Likewise, it's entirely possible that the academic testing isn't testing so much for ability to be _trained_ to mentally do the job  as such.

Don't want any dummy firefighters-firefighting is a _science_, but they don't have to be the smartest guys in the world, or even the building. Likewise, they don't all have to be EMTs..


----------



## 5-0 Kenpo (Jan 14, 2011)

Here is a link for a sample for FDNY's written test:

http://firelink.monster.com/videos/quizzes/9-train-like-the-fdny-practice-written-exam

It seems pretty straighforward to me, and all job related.


----------



## jks9199 (Jan 14, 2011)

Carol said:


> I have my doubts about whether it is fair.  The story contrasts a fellow with a near-perfect physical test but a 74 on the written exam where I assume 80 is passing.
> 
> By contrast, some time ago I went looking for kettlebell routines online and found a blog of a very literate person who was working with kettlebells (among other things) with a goal of getting on with the local FD.  The blogger failed the physical part of the exam.  It sounded like he didn't fail by much, but he still failed.
> 
> ...


Modern firefighting is much more than a physical job; there's lots more than just spraying water onto the fire.  It's highly technical, and constantly changing.

I don't know if the FDNY process was fair or not.  There's too much missing in the reporting, as others have been pointing out.  And it's not mentioning things like the effects of veteran's preferences...  I know in some places, a non-veteran civil service applicant NEEDS perfect scores to compete once they factor all the veteran's preferences in.  (I'm not saying veteran's preferences are wrong, just pointing out that they can really skew the lists.)


----------



## MJS (Jan 14, 2011)

Carol said:


> Me too!  But doctors are also graded rigorously on their intellect and less on their physical ability. A great doctor can practice medicine from a wheelchair....
> 
> And the FF who has to stand up to city hall to negotiate with the mayor is someone that should also be booksmart, as does the arson investigator. There is room for both types, is there not?
> 
> ...


 
I think its crazy alot of the time, when people require a college degree for a job.  There are PDs here in CT that require a degree.  My question is why?  That paper isn't going to do jack for them, at 2am, when they're on a mv stop, and the driver gets out of the car and starts fighting.  

I'm not saying that every LEO or FF needs to have a masters degree, but simply a HS diploma and be capable of reading, writing, spelling, understanding the English language and speaking it properly.  Obviously those spelling questions are there for a reason on those tests. LOL.  

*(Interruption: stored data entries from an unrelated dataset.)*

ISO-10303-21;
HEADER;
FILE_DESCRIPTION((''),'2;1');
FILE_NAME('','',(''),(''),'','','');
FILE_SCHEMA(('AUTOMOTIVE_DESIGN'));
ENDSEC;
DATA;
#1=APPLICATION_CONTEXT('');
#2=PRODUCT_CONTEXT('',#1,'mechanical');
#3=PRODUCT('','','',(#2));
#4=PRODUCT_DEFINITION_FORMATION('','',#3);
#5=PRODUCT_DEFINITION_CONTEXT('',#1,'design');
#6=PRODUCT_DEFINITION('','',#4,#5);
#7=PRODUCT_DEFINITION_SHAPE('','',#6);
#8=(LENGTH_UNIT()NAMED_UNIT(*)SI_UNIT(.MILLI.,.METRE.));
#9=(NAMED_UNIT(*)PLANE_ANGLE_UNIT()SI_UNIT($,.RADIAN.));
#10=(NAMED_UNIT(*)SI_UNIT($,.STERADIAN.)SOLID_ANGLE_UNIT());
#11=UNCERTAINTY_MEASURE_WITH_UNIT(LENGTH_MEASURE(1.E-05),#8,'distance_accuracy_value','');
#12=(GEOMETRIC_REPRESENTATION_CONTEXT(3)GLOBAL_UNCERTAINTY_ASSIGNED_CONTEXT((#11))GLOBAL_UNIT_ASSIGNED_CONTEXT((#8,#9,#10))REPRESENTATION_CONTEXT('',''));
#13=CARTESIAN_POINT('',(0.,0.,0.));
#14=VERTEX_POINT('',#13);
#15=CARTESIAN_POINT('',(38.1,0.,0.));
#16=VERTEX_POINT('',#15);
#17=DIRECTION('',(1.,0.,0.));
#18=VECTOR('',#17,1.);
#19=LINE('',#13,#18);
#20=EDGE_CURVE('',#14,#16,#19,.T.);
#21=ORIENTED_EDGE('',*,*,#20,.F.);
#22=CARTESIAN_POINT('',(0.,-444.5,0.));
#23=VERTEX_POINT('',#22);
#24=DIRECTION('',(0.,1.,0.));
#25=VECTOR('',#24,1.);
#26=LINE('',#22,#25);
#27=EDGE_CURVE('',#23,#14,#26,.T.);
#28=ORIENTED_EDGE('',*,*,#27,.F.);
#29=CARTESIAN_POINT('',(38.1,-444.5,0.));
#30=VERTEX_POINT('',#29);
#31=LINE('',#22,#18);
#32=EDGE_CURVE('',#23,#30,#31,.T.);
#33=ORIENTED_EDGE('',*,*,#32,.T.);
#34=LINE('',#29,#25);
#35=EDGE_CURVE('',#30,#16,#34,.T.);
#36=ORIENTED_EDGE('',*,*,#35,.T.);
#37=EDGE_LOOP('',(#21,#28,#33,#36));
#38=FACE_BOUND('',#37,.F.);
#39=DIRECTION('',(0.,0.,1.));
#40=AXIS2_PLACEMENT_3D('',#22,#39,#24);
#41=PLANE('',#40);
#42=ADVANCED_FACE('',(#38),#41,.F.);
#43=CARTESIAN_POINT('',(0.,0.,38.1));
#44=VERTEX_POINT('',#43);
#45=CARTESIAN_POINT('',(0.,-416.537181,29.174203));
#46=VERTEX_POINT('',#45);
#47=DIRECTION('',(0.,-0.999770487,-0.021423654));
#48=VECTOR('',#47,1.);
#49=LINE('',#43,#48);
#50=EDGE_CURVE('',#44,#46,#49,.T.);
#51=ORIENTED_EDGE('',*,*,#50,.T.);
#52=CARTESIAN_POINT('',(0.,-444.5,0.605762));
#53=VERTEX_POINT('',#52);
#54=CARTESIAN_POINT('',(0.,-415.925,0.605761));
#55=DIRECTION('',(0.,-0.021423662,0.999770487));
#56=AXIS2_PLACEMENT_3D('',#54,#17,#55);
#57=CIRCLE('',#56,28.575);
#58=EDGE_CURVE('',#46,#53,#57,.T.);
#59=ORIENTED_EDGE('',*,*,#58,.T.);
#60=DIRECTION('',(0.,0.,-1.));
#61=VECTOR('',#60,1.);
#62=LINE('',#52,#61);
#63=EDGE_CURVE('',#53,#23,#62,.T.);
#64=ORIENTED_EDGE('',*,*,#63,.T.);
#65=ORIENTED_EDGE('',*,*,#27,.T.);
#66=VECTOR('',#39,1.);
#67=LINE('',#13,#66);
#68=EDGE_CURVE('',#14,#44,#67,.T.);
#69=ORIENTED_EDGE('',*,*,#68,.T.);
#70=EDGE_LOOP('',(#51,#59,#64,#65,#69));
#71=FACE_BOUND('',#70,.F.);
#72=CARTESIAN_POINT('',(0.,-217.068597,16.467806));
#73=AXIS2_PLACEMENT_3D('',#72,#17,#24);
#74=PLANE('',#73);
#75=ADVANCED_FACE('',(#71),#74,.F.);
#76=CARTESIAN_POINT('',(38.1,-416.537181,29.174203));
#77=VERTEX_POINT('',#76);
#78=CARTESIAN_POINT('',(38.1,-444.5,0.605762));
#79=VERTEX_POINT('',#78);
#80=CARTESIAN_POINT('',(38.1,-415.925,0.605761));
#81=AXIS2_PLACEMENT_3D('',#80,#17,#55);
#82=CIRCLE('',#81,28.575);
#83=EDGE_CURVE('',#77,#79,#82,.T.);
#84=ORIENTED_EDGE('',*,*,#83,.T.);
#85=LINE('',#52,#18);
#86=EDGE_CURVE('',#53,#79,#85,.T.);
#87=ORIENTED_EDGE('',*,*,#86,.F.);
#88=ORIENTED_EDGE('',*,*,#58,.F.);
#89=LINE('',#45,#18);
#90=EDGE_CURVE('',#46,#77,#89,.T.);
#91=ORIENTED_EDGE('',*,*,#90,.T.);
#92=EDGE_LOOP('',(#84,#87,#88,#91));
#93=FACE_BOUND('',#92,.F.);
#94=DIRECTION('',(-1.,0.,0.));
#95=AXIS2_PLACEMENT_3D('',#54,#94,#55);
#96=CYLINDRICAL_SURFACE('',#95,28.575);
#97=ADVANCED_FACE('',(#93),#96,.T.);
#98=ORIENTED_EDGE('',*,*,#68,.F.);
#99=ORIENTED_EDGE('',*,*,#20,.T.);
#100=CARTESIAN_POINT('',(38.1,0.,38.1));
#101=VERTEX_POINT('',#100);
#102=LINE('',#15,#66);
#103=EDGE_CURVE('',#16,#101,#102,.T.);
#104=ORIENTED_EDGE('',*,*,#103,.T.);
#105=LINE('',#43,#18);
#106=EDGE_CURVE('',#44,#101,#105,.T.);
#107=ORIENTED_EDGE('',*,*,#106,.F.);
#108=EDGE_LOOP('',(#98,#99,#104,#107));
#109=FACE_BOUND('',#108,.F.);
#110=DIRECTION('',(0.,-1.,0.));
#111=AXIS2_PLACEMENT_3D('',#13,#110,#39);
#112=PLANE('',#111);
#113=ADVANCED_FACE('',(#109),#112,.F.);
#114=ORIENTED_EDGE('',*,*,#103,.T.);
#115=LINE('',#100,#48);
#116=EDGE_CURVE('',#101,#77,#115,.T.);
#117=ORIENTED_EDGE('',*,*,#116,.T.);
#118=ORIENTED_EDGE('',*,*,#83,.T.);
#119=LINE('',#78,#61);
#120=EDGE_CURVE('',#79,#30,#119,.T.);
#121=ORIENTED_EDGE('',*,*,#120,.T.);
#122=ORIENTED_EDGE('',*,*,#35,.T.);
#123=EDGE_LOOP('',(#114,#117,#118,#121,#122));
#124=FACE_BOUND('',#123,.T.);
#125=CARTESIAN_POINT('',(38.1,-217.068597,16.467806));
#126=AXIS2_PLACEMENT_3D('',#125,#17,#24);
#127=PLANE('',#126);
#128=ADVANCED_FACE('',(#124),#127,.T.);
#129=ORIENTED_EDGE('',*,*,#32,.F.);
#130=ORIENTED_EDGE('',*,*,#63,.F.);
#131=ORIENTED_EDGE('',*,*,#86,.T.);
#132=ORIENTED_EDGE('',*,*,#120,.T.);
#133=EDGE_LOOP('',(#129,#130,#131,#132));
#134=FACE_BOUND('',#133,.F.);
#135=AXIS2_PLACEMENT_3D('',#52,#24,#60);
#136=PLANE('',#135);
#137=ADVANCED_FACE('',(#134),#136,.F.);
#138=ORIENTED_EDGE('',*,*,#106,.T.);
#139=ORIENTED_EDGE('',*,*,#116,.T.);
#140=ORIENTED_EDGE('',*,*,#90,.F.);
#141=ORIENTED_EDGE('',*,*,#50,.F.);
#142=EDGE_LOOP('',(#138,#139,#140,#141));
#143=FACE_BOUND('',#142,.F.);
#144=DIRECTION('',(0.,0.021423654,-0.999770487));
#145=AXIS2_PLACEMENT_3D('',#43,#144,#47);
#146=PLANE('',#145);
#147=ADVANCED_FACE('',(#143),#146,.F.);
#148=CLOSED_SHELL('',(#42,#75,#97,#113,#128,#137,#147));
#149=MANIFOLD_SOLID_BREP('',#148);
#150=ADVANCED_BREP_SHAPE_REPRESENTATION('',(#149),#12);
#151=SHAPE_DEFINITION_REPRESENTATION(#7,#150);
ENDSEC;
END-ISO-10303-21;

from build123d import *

# Parameters (mm, degrees)
F1_DEPTH = 38.1


with BuildPart() as f1:
    # F0 (on Right) → F1 (new body)
    with BuildSketch(Plane.YZ):
        with BuildLine():
            Line((-444.5, 0), (0, 0))
            Line((0, 0), (0, 38.1))
            Line((0, 38.1), (-416.537181, 29.174203))
            ThreePointArc((-416.537181, 29.174203), (-436.345868, 20.593727), (-444.5, 0.605762))
            Line((-444.5, 0.605762), (-444.5, 0))
        make_face()
    extrude(amount=F1_DEPTH)


solid = f1.part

If people are complaining that the entry test is too hard, will those same people complain if they want to move up the ladder, no pun intended, and take the LT exam?  Will they ***** because thats too hard?  Seems to me, that many who want to take these tests are taking them because they're good paying jobs yet their education level sucks.  

Yes, FFs have alot of downtime at the station.  So, if they can study up for a promotional exam, why can't the average joe put forth the effort?  Why make it easy for them to get in, and then make them have to bust their *** for a promo?  They should be busting their *** from day 1.  As an example, I'll use that cop here in CT that was drunk, off duty, and hit and killed a kid on a bike.  I posted the thread here.  He was dropped from a number of PDs before he got hired...where daddy worked.  Hmm...go figure.  Kid was too stupid to make it everywhere else, but daddy pulled some strings.  Same thing here.  No free passes.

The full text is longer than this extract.